– Покажи мне его!
– Кого? – искренне удивился ученик.
– Перстень.
Сердце Кфира екнуло.
– Какой перстень? Я не знаю никакого перстня, – произнес он, рассматривая потрескавшиеся доски пола.
– Ты не умеешь врать, Кфир. Это плохо для лекаря и предсказателя. Если ты знаешь, что человек вот-вот умрет, говори, что он скоро поправится, да так, чтоб несчастный тебе поверил… Когда тебя привез тот, чье имя лучше не произносить всуе, на твоей руке был перстень. А потом ты его не надевал. И мне все стало ясно!
Юноша молчал.
– Так где он? Покажи!
Кфир все еще колебался.
– Ну же!
Парень расстегнул рубаху, достал из маленького мешочка перстень и протянул Мар-Самуилу.
– Нет, нет! – отшатнулся тот и спрятал руки за спину. – Я хочу лишь взглянуть, не больше…
Мар-Самуил приблизил свои подслеповатые глаза к ладони ученика, на которой покоился оскалившийся лев с черным камнем в пасти. Казалось, что лев и чернокнижник рассматривают друг друга, а может, и безмолвно переговариваются. На лице Учителя играли блики от невидимого огня, глаза закрылись, как будто он впал в транс. Через минуту он вздрогнул и пришел в себя. Затем медленно произнес:
– Так вот он какой! Довелось не только услышать о нем, но даже узреть… Как он у тебя оказался?
Этого вопроса Кфир боялся больше всего.
– Долгая история, – замялся он и надел перстень на палец. Теперь не надо скрывать то, что стало явным.

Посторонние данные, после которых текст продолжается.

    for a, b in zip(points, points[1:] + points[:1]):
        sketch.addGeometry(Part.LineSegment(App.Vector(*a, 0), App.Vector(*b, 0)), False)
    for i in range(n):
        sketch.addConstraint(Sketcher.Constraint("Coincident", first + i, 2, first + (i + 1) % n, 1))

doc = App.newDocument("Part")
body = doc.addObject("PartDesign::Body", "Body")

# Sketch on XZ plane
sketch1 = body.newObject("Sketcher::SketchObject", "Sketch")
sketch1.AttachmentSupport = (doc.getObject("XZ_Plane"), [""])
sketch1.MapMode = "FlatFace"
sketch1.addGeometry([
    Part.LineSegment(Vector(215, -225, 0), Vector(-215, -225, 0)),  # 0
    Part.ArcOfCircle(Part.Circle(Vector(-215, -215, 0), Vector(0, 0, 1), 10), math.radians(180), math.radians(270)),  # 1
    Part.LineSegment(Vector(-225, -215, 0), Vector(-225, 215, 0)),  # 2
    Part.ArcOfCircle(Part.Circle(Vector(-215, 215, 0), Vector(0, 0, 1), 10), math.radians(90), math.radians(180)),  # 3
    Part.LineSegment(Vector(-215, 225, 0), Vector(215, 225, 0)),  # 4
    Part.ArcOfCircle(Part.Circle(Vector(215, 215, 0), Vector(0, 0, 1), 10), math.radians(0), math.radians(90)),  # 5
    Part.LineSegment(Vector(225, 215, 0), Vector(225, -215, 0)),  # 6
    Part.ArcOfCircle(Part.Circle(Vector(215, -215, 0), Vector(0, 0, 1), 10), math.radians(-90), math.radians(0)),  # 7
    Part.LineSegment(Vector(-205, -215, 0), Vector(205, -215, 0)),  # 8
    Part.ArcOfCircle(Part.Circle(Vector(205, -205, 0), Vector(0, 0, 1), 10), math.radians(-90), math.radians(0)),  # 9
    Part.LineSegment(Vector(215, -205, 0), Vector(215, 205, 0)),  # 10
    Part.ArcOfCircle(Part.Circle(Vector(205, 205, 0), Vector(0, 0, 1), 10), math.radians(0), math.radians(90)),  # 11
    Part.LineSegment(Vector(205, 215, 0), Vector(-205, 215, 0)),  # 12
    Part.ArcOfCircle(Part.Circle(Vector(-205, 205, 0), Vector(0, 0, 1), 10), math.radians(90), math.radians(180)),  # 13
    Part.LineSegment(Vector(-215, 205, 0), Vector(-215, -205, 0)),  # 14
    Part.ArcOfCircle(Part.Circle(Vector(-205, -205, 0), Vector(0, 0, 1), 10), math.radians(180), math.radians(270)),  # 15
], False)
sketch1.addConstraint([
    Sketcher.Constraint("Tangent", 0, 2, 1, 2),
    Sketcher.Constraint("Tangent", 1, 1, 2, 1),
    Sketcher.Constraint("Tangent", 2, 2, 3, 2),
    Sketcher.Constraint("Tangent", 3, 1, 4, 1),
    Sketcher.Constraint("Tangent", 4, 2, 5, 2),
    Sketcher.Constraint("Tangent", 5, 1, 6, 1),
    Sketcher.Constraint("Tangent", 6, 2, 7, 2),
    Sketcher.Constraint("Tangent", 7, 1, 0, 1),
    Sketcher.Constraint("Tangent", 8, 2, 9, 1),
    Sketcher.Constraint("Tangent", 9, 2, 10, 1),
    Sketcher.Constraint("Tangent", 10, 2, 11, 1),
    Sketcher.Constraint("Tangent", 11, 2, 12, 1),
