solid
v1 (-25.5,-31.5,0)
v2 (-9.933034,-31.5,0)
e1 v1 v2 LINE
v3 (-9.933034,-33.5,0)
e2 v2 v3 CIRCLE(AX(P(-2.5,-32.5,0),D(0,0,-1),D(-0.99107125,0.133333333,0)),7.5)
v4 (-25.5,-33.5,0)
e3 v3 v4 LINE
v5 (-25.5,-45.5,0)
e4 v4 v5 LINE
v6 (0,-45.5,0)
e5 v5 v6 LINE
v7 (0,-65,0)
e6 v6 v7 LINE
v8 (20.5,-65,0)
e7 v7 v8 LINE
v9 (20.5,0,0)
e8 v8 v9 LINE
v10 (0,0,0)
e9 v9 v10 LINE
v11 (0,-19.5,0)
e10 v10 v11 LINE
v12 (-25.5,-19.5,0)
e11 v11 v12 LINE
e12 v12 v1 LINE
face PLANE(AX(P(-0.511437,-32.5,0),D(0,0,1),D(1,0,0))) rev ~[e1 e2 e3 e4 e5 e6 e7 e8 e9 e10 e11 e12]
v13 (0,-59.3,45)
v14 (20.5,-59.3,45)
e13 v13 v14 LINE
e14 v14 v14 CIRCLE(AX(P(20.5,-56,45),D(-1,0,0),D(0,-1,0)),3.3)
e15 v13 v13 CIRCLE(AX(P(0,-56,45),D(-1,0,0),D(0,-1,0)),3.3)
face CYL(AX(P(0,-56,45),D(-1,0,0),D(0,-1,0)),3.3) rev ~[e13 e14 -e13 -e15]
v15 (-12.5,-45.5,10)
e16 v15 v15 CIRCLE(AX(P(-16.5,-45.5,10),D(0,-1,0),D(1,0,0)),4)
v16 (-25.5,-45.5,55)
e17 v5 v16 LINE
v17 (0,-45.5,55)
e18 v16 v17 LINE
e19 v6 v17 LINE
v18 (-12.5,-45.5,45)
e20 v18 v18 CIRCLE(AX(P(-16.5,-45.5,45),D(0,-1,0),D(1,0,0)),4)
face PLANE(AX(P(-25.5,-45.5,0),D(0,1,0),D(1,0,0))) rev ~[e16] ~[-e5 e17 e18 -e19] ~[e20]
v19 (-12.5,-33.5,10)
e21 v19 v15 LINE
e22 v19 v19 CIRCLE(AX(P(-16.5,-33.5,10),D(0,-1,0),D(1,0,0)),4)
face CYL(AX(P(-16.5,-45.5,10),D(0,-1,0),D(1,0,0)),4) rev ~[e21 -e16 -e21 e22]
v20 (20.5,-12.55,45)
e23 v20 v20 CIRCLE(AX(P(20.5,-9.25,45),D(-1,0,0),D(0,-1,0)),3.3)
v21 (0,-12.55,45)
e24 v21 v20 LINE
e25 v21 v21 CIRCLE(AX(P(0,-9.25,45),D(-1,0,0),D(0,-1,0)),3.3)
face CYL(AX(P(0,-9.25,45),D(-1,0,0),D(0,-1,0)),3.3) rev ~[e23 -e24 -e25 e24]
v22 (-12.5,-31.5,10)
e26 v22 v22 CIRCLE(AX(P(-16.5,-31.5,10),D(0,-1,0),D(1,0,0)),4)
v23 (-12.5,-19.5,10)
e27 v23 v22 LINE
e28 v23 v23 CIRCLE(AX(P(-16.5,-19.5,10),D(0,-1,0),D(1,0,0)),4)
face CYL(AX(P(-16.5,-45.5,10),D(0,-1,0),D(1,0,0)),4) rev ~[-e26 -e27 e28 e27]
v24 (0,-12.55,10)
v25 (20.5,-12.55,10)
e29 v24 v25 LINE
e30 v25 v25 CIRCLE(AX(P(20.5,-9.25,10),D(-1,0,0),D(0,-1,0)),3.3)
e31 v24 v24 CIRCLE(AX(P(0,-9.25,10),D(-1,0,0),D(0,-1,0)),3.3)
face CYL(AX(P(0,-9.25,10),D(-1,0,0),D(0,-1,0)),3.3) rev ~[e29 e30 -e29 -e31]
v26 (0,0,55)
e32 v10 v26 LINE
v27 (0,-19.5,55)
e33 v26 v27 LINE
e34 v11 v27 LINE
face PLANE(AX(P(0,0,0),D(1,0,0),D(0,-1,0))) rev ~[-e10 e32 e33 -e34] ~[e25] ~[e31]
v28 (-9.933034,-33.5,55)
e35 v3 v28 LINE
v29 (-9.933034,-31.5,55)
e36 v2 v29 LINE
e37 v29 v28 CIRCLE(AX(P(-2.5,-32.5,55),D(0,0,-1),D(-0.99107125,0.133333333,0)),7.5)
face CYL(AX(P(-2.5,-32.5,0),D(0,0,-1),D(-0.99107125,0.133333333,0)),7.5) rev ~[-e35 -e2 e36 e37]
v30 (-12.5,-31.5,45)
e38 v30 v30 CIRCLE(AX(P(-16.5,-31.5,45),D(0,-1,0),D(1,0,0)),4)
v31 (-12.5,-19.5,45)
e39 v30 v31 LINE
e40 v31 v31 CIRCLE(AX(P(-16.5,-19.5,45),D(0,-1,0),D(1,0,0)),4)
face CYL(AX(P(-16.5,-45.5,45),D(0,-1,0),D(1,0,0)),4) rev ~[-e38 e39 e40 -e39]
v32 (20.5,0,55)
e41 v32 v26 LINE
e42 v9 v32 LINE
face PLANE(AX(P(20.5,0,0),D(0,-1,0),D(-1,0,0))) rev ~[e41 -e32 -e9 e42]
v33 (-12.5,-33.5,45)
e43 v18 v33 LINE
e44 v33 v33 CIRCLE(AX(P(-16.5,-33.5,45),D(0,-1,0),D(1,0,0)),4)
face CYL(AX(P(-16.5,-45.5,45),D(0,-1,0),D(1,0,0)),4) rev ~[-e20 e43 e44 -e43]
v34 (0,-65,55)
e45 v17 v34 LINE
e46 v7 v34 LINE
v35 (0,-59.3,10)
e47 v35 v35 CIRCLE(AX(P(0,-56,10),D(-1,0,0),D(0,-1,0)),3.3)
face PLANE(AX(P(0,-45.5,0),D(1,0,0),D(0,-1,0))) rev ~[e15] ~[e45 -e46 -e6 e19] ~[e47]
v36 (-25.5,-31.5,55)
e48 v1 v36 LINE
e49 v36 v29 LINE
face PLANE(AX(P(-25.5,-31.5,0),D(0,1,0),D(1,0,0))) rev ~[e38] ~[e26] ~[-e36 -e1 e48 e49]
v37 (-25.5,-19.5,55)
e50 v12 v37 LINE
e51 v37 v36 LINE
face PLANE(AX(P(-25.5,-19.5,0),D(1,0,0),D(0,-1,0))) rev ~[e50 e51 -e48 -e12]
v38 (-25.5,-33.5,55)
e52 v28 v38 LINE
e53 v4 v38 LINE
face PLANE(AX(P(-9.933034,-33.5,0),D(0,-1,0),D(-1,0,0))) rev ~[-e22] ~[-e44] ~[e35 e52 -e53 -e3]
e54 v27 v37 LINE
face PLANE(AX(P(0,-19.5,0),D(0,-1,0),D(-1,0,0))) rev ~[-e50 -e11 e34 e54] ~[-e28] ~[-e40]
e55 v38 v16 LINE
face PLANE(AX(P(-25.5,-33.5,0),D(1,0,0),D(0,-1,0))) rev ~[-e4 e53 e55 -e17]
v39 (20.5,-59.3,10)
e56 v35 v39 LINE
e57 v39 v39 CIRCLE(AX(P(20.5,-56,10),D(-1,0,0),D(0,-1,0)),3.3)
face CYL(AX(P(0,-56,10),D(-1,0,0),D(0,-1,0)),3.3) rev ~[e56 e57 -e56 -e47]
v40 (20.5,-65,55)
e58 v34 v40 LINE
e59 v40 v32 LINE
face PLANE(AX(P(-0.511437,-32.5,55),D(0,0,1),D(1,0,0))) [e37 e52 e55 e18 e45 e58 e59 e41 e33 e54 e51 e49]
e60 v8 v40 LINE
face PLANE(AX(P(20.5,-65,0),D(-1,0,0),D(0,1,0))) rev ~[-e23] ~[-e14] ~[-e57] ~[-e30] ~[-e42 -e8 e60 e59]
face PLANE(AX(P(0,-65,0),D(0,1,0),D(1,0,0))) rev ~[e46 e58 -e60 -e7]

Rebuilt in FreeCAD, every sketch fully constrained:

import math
import FreeCAD as App
import Part
import Sketcher

V = App.Vector

doc = App.newDocument("Part")
body = doc.addObject("PartDesign::Body", "Body")

# Sketch on XY plane
sketch1 = body.newObject("Sketcher::SketchObject", "Sketch")
sketch1.AttachmentSupport = (doc.getObject("XY_Plane"), [""])
sketch1.MapMode = "FlatFace"
sketch1.addGeometry(Part.LineSegment(V(20.5, 0, 0), V(0, 0, 0)), False)
sketch1.addGeometry(Part.LineSegment(V(0, 0, 0), V(0, -19.5, 0)), False)
sketch1.addGeometry(Part.LineSegment(V(0, -19.5, 0), V(-25.5, -19.5, 0)), False)
sketch1.addGeometry(Part.LineSegment(V(-25.5, -19.5, 0), V(-25.5, -31.5, 0)), False)
sketch1.addGeometry(Part.LineSegment(V(-25.5, -31.5, 0), V(-9.9, -31.5, 0)), False)
sketch1.addGeometry(Part.ArcOfCircle(Part.Circle(V(-2.5, -32.5, 0), V(0, 0, 1), 7.5), math.radians(-172), math.radians(172)), False)
sketch1.addGeometry(Part.LineSegment(V(-9.9, -33.5, 0), V(-25.5, -33.5, 0)), False)
sketch1.addGeometry(Part.LineSegment(V(-25.5, -33.5, 0), V(-25.5, -45.5, 0)), False)
sketch1.addGeometry(Part.LineSegment(V(-25.5, -45.5, 0), V(0, -45.5, 0)), False)
sketch1.addGeometry(Part.LineSegment(V(0, -45.5, 0), V(0, -65, 0)), False)
sketch1.addGeometry(Part.LineSegment(V(0, -65, 0), V(20.5, -65, 0)), False)
sketch1.addGeometry(Part.LineSegment(V(20.5, -65, 0), V(20.5, 0, 0)), False)
sketch1.addConstraint(Sketcher.Constraint("Coincident", 0, 2, 1, 1))
sketch1.addConstraint(Sketcher.Constraint("Coincident", 1, 2, 2, 1))
sketch1.addConstraint(Sketcher.Constraint("Coincident", 2, 2, 3, 1))
sketch1.addConstraint(Sketcher.Constraint("Coincident", 3, 2, 4, 1))
sketch1.addConstraint(Sketcher.Constraint("Coincident", 4, 2, 5, 2))
sketch1.addConstraint(Sketcher.Constraint("Coincident", 5, 1, 6, 1))
sketch1.addConstraint(Sketcher.Constraint("Coincident", 6, 2, 7, 1))
sketch1.addConstraint(Sketcher.Constraint("Coincident", 7, 2, 8, 1))
sketch1.addConstraint(Sketcher.Constraint("Coincident", 8, 2, 9, 1))
sketch1.addConstraint(Sketcher.Constraint("Coincident", 9, 2, 10, 1))
sketch1.addConstraint(Sketcher.Constraint("Coincident", 10, 2, 11, 1))
sketch1.addConstraint(Sketcher.Constraint("Coincident", 11, 2, 0, 1))
sketch1.addConstraint(Sketcher.Constraint("Horizontal", 0))
sketch1.addConstraint(Sketcher.Constraint("Vertical", 1))
sketch1.addConstraint(Sketcher.Constraint("Horizontal", 2))
sketch1.addConstraint(Sketcher.Constraint("Vertical", 3))
sketch1.addConstraint(Sketcher.Constraint("Horizontal", 4))
sketch1.addConstraint(Sketcher.Constraint("Horizontal", 6))
sketch1.addConstraint(Sketcher.Constraint("Vertical", 7))
sketch1.addConstraint(Sketcher.Constraint("Horizontal", 8))
sketch1.addConstraint(Sketcher.Constraint("Vertical", 9))
sketch1.addConstraint(Sketcher.Constraint("Horizontal", 10))
sketch1.addConstraint(Sketcher.Constraint("Vertical", 11))
sketch1.addConstraint(Sketcher.Constraint("Coincident", 0, 2, -1, 1))
sketch1.addConstraint(Sketcher.Constraint("PointOnObject", 8, 2, -2))
sketch1.addConstraint(Sketcher.Constraint("Vertical", 4, 2, 5, 1))
sketch1.addConstraint(Sketcher.Constraint("Vertical", 3, 2, 6, 2))
sketch1.addConstraint(Sketcher.Constraint("Equal", 3, 7))
sketch1.addConstraint(Sketcher.Constraint("Equal", 1, 9))
sketch1.addConstraint(Sketcher.Constraint("Radius", 5, 7.5))
sketch1.addConstraint(Sketcher.Constraint("DistanceY", 3, 2, 3, 1, 12.0))
sketch1.addConstraint(Sketcher.Constraint("DistanceY", 11, 1, 11, 2, 65.0))
sketch1.addConstraint(Sketcher.Constraint("DistanceX", 0, 2, 0, 1, 20.5))
sketch1.addConstraint(Sketcher.Constraint("DistanceX", 2, 2, 2, 1, 25.5))
sketch1.addConstraint(Sketcher.Constraint("DistanceY", 1, 2, 1, 1, 19.5))
sketch1.addConstraint(Sketcher.Constraint("DistanceX", 2, 2, 5, 3, 23.0))
pad1 = body.newObject("PartDesign::Pad", "Pad")
pad1.Profile = sketch1
pad1.Length = 55

# Sketch on XZ plane
sketch2 = body.newObject("Sketcher::SketchObject", "Sketch001")
sketch2.AttachmentSupport = (doc.getObject("XZ_Plane"), [""])
sketch2.MapMode = "FlatFace"
sketch2.AttachmentOffset = App.Placement(V(0, 0, 45.5), App.Rotation())
sketch2.addGeometry(Part.Circle(V(-16.5, 10, 0), V(0, 0, 1), 4), False)
sketch2.addConstraint(Sketcher.Constraint("Diameter", 0, 8.0))
sketch2.addConstraint(Sketcher.Constraint("DistanceY", -1, 1, 0, 3, 10.0))
sketch2.addConstraint(Sketcher.Constraint("DistanceX", 0, 3, -1, 1, 16.5))
pocket1 = body.newObject("PartDesign::Pocket", "Pocket")
pocket1.Profile = sketch2
pocket1.Length = 100
pocket1.Midplane = True

# Sketch on XZ plane
sketch3 = body.newObject("Sketcher::SketchObject", "Sketch002")
sketch3.AttachmentSupport = (doc.getObject("XZ_Plane"), [""])
sketch3.MapMode = "FlatFace"
sketch3.AttachmentOffset = App.Placement(V(0, 0, 45.5), App.Rotation())
sketch3.addGeometry(Part.Circle(V(-16.5, 45, 0), V(0, 0, 1), 4), False)
sketch3.addConstraint(Sketcher.Constraint("Diameter", 0, 8.0))
sketch3.addConstraint(Sketcher.Constraint("DistanceY", -1, 1, 0, 3, 45.0))
sketch3.addConstraint(Sketcher.Constraint("DistanceX", 0, 3, -1, 1, 16.5))
pocket2 = body.newObject("PartDesign::Pocket", "Pocket001")
pocket2.Profile = sketch3
pocket2.Length = 100

# Sketch on YZ plane
sketch4 = body.newObject("Sketcher::SketchObject", "Sketch003")
sketch4.AttachmentSupport = (doc.getObject("YZ_Plane"), [""])
sketch4.MapMode = "FlatFace"
sketch4.addGeometry(Part.Circle(V(-9.2, 45, 0), V(0, 0, 1), 3.3), False)
sketch4.addGeometry(Part.Circle(V(-9.2, 10, 0), V(0, 0, 1), 3.3), False)
sketch4.addConstraint(Sketcher.Constraint("Equal", 0, 1))
sketch4.addConstraint(Sketcher.Constraint("Vertical", 0, 3, 1, 3))
sketch4.addConstraint(Sketcher.Constraint("Diameter", 0, 6.6))
sketch4.addConstraint(Sketcher.Constraint("DistanceY", -1, 1, 0, 3, 45.0))
sketch4.addConstraint(Sketcher.Constraint("DistanceY", -1, 1, 1, 3, 10.0))
sketch4.addConstraint(Sketcher.Constraint("DistanceX", 0, 3, -1, 1, 9.25))
pocket3 = body.newObject("PartDesign::Pocket", "Pocket002")
pocket3.Profile = sketch4
pocket3.Length = 25
pocket3.Reversed = True

# Sketch on YZ plane
sketch5 = body.newObject("Sketcher::SketchObject", "Sketch004")
sketch5.AttachmentSupport = (doc.getObject("YZ_Plane"), [""])
sketch5.MapMode = "FlatFace"
sketch5.addGeometry(Part.Circle(V(-56, 10, 0), V(0, 0, 1), 3.3), False)
sketch5.addGeometry(Part.Circle(V(-56, 45, 0), V(0, 0, 1), 3.3), False)
sketch5.addConstraint(Sketcher.Constraint("Equal", 0, 1))
sketch5.addConstraint(Sketcher.Constraint("Vertical", 0, 3, 1, 3))
sketch5.addConstraint(Sketcher.Constraint("Diameter", 0, 6.6))
sketch5.addConstraint(Sketcher.Constraint("DistanceX", 0, 3, -1, 1, 56.0))
sketch5.addConstraint(Sketcher.Constraint("DistanceY", -1, 1, 0, 3, 10.0))
sketch5.addConstraint(Sketcher.Constraint("DistanceY", -1, 1, 1, 3, 45.0))
pocket4 = body.newObject("PartDesign::Pocket", "Pocket003")
pocket4.Profile = sketch5
pocket4.Length = 25
pocket4.Reversed = True

doc.recompute()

– Когда-нибудь потом расскажу… А как вы узнали о перстне? Что вам, учитель, о нем доводилось слышать?
– Долгая история, – усмехнулся старый чернокнижник. – Как-нибудь потом расскажу…
Они оба рассмеялись, и Мар-Самуил сказал:
– Пошли завтракать.
По крутой скрипучей лестнице они спустились вниз и вошли в небольшую трапезную. Двадцатипятилетняя Дебора и шестнадцатилетняя Зуса как раз расставляли посуду, и ячневая каша, политая сверху каким-то соусом, источала из большого глиняного горшка аппетитный аромат. Зуса бросила быстрый взгляд на Кфира и нарочито громко загремела посудой так, что служанка испуганно уставилась на свою молодую хозяйку. Она тоже была неравнодушна к симпатичному молодому юноше, но действовала более смело и напористо: подмигивала, прижималась всем телом в узком коридоре, а один раз даже схватила за то место, прикосновение к которому воспламеняет любого мужчину.
Но Кфир оставался равнодушным и к прямолинейным заигрываниям Деборы, и к горячим взглядам Зусы. Вместо ответного порыва, влечения или возбуждения он испытывал стыд и тоскливое ощущение мужской несостоятельности. Пусть горит в аду проклятый примипил[11] Авл Луций, который всю рабскую жизнь Кфира использовал его как женщину! И хотя эта скотина получила по заслугам, мужское существо юноши не восстановилось, как сломанный стебель молодого цветка не срастается после того, как сгинул тот, кто его сломал.